Однажды вечером Схалкен задержался в мастерской учителя намного дольше, чем его легкомысленные товарищи, которые под предлогом наступления сумерек с радостью побросали мольберты и кисти, чтобы закончить день веселой пирушкой в ближайшем кабачке.
Но Схалкен стремился к совершенству, его вдохновляла любовь. К тому же сейчас он как раз делал эскиз будущей композиции, а для этой работы, в отличие от живописи, достаточно самого слабого света, позволяющего различить штрихи угля на холсте. В ту пору он еще сам не сознавал, на что способен его карандаш, и не скоро это открыл. Он увлеченно набрасывал на холсте сонм чрезвычайно проказливых бесов и демонов самого причудливого вида, подвергавших замысловатым пыткам вспотевшего, толстобрюхого и казавшегося совершенно пьяным святого Антония, который растянулся на земле посреди суетящихся тварей.
Однако молодой художник, не способный создать, да и просто оценить, истинно утонченное произведение искусства, был тем не менее достаточно проницателен и не мог удовлетвориться результатами своей работы. Он снова и снова терпеливо стирал и перерисовывал лицо и фигуру святого, но отвергал и новые варианты, находя их слабыми и неудачными.
В большой мастерской, убранной в старинном вкусе и покинутой ее обычными обитателями, царила тишина, Схалкен работал в полном одиночестве. Прошел час, другой, а он был по-прежнему недоволен эскизом. Дневной свет давно сменили сумерки, в свою очередь сменившиеся тьмой. Терпение молодого художника истощилось, и, стоя у незавершенной картины, он предавался неутешительным размышлениям, запустив одну руку в длинные черные космы, а другую, которой до того сжимал уголь, столь скверно справившийся со своей задачей, машинально вытирал о широкие фламандские штаны, оставляя на них черные полосы.
— Тьфу! — воскликнул он наконец. — Да пошла эта картина вместе с демонами, святым и со всем прочим к дьяволу!
В ответ над самым его ухом, немало его напугав, тотчас раздался отрывистый смех.
Художник резко обернулся и только тут осознал, что все это время за его работой наблюдал незнакомец.

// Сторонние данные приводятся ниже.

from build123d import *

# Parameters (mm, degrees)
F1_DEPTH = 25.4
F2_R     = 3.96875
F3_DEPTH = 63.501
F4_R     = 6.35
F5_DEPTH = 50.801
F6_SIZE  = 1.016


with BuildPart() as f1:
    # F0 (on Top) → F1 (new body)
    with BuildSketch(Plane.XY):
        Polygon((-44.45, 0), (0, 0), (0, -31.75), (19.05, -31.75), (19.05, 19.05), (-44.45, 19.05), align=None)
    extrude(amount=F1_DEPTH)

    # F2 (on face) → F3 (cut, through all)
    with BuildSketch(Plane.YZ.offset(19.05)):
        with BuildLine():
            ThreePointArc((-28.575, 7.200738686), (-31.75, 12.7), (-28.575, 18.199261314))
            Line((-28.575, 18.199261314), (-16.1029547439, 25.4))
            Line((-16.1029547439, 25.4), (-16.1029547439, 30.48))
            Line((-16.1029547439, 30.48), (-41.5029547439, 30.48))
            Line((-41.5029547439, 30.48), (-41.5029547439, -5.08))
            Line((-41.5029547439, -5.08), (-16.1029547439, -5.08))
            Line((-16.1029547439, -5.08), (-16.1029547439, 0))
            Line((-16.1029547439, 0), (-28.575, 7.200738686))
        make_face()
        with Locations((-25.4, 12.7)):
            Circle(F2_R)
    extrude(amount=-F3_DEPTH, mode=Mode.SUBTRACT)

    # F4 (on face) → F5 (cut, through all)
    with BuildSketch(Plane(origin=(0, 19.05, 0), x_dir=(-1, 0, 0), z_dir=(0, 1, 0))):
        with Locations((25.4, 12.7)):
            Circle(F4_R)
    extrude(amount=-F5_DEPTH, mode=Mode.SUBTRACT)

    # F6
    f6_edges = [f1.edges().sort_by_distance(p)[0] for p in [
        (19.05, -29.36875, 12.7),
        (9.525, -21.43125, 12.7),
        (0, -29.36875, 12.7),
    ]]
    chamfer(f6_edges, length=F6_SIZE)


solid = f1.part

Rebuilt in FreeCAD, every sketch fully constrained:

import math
import FreeCAD as App
import Part
import Sketcher

V = App.Vector
Q = App.Units.Quantity


def edges_at(feature, points):
    """Names of the edges that pass closest to the given points."""
    edges = feature.Shape.Edges
    near = lambda p: min(range(len(edges)), key=lambda i: edges[i].distToShape(Part.Vertex(*p))[0])
    return sorted({f"Edge{near(p) + 1}" for p in points})

doc = App.newDocument("Part")
body = doc.addObject("PartDesign::Body", "Body")

sketch1 = doc.addObject("Sketcher::SketchObject", "Sketch")
body.addObject(sketch1)
sketch1.AttachmentSupport = (doc.XY_Plane, [""])
sketch1.MapMode = "FlatFace"
sketch1.addGeometry([
    Part.LineSegment(V(-44, 0, 0), V(0, 0, 0)),
    Part.LineSegment(V(0, 0, 0), V(0, -32, 0)),
    Part.LineSegment(V(0, -32, 0), V(19, -32, 0)),
    Part.LineSegment(V(19, -32, 0), V(19, 19, 0)),
    Part.LineSegment(V(19, 19, 0), V(-44, 19, 0)),
    Part.LineSegment(V(-44, 19, 0), V(-44, 0, 0)),
], False)
sketch1.addConstraint([
    Sketcher.Constraint("Coincident", 0, 2, 1, 1),
    Sketcher.Constraint("Coincident", 1, 2, 2, 1),
    Sketcher.Constraint("Coincident", 2, 2, 3, 1),
    Sketcher.Constraint("Coincident", 3, 2, 4, 1),
    Sketcher.Constraint("Coincident", 4, 2, 5, 1),
    Sketcher.Constraint("Coincident", 5, 2, 0, 1),
    Sketcher.Constraint("Horizontal", 0),
    Sketcher.Constraint("Vertical", 1),
    Sketcher.Constraint("Horizontal", 2),
    Sketcher.Constraint("Vertical", 3),
    Sketcher.Constraint("Horizontal", 4),
    Sketcher.Constraint("Vertical", 5),
    Sketcher.Constraint("Coincident", 0, 2, -1, 1),
    Sketcher.Constraint("Equal", 2, 5),
    Sketcher.Constraint("DistanceY", 3, 1, 3, 2, Q("2 in")),
    Sketcher.Constraint("DistanceX", 4, 2, 4, 1, Q("2.5 in")),
    Sketcher.Constraint("DistanceX", 0, 1, 0, 2, Q("1.75 in")),
])
pad1 = doc.addObject("PartDesign::Pad", "Pad")
body.addObject(pad1)
pad1.Profile = sketch1
pad1.Length = Q("1 in")

sketch2 = doc.addObject("Sketcher::SketchObject", "Sketch001")
body.addObject(sketch2)
sketch2.AttachmentSupport = (doc.YZ_Plane, [""])
sketch2.MapMode = "FlatFace"
sketch2.AttachmentOffset = App.Placement(V(0, 0, 0.75 * 25.4), App.Rotation())
sketch2.addGeometry([
    Part.ArcOfCircle(Part.Circle(V(-25.4, 12.7, 0), V(0, 0, 1), 6.3), math.radians(120), math.radians(240)),
    Part.LineSegment(V(-28.6, 18.2, 0), V(-16.1, 25.4, 0)),
    Part.LineSegment(V(-16.1, 25.4, 0), V(-16.1, 30.5, 0)),
    Part.LineSegment(V(-16.1, 30.5, 0), V(-41.5, 30.5, 0)),
    Part.LineSegment(V(-41.5, 30.5, 0), V(-41.5, -5.1, 0)),
    Part.LineSegment(V(-41.5, -5.1, 0), V(-16.1, -5.1, 0)),
    Part.LineSegment(V(-16.1, -5.1, 0), V(-16.1, 0, 0)),
    Part.LineSegment(V(-16.1, 0, 0), V(-28.6, 7.2, 0)),
    Part.Circle(V(-25.4, 12.7, 0), V(0, 0, 1), 4),
], False)
sketch2.addConstraint([
    Sketcher.Constraint("Tangent", 0, 1, 1, 1),
    Sketcher.Constraint("Coincident", 1, 2, 2, 1),
    Sketcher.Constraint("Coincident", 2, 2, 3, 1),
    Sketcher.Constraint("Coincident", 3, 2, 4, 1),
    Sketcher.Constraint("Coincident", 4, 2, 5, 1),
    Sketcher.Constraint("Coincident", 5, 2, 6, 1),
    Sketcher.Constraint("Coincident", 6, 2, 7, 1),
    Sketcher.Constraint("Tangent", 7, 2, 0, 2),
    Sketcher.Constraint("Vertical", 2),
    Sketcher.Constraint("Horizontal", 3),
    Sketcher.Constraint("Vertical", 4),
    Sketcher.Constraint("Horizontal", 5),
    Sketcher.Constraint("Vertical", 6),
    Sketcher.Constraint("Coincident", 8, 3, 0, 3),
    Sketcher.Constraint("PointOnObject", 6, 2, -1),
    Sketcher.Constraint("Vertical", 2, 2, 5, 2),
    Sketcher.Constraint("Vertical", 0, 1, 7, 2),
    Sketcher.Constraint("Equal", 2, 6),
    Sketcher.Constraint("DistanceX", 3, 2, 3, 1, Q("1 in")),
    Sketcher.Constraint("Radius", 0, Q("0.25 in")),
    Sketcher.Constraint("Diameter", 8, Q("0.3125 in")),
    Sketcher.Constraint("DistanceY", 2, 1, 2, 2, Q("0.2 in")),
    Sketcher.Constraint("DistanceY", 4, 2, 4, 1, Q("1.4 in")),
    Sketcher.Constraint("DistanceX", 0, 3, -1, 1, Q("1 in")),
    Sketcher.Constraint("Angle", 1, Q("30 deg")),
])
pocket1 = doc.addObject("PartDesign::Pocket", "Pocket")
body.addObject(pocket1)
pocket1.Profile = sketch2
pocket1.Type = "ThroughAll"

sketch3 = doc.addObject("Sketcher::SketchObject", "Sketch002")
body.addObject(sketch3)
sketch3.AttachmentSupport = (doc.XZ_Plane, [""])
sketch3.MapMode = "FlatFace"
sketch3.AttachmentOffset = App.Placement(V(0, 0, -0.75 * 25.4), App.Rotation())
sketch3.addGeometry(Part.Circle(V(-25, 13, 0), V(0, 0, 1), 6), False)
sketch3.addConstraint([
    Sketcher.Constraint("Diameter", 0, Q("0.5 in")),
    Sketcher.Constraint("DistanceX", 0, 3, -1, 1, Q("1 in")),
    Sketcher.Constraint("DistanceY", -1, 1, 0, 3, Q("0.5 in")),
])
pocket2 = doc.addObject("PartDesign::Pocket", "Pocket001")
body.addObject(pocket2)
pocket2.Profile = sketch3
pocket2.Type = "ThroughAll"
pocket2.Reversed = True
doc.recompute()

chamfer = doc.addObject("PartDesign::Chamfer", "Chamfer")
body.addObject(chamfer)
chamfer.Base = (pocket2, edges_at(pocket2, [(19.05, -29.369, 12.7), (9.525, -21.431, 12.7), (0, -29.369, 12.7)]))
chamfer.Size = Q("0.04 in")

doc.recompute()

На расстоянии вытянутой руки у него за спиной словно бы притаился то ли и вправду пожилой человек, то ли кто-то, пожилым человеком ему показавшийся. Был он в коротком плаще, широкополой островерхой шляпе, в руке, скрытой тяжелой перчаткой, напоминавшей латную перчатку рыцаря, держал длинную трость черного дерева, судя по тусклому в сумерках блеску, с массивным золотым набалдашником, а на груди у него, под складками плаща, в сумерках мерцали звенья роскошной золотой цепи.
В комнате стояла полутьма, так что Схалкен не мог разглядеть незнакомца, а низко опущенные поля шляпы бросали тень на лицо, совершенно его скрывая. Из-под этой траурной шляпы выбивались густые волосы, и, судя по их темному цвету и по прямой осанке, незнакомец едва ли достиг шестидесяти лет.
В облике этого человека было что-то мрачное и величественное. Однако самое странное, если не сказать жутковатое, впечатление производила его каменная неподвижность, невольно вселявшая трепет, и потому раздраженный художник прикусил язык и воздержался от запальчивых замечаний. Несколько оправившись от испуга, он любезно предложил незнакомцу сесть и спросил, не нужно ли передать что-нибудь учителю.
— Скажите Герарду Доу, — произнес неизвестный, не пошевелившись и не сделав ни единого жеста, — что минхер Вандерхаузен из Роттердама желает поговорить с ним завтра вечером, в этот же час и по возможности в этой же комнате, о некоем важном деле. Это все. Доброй ночи.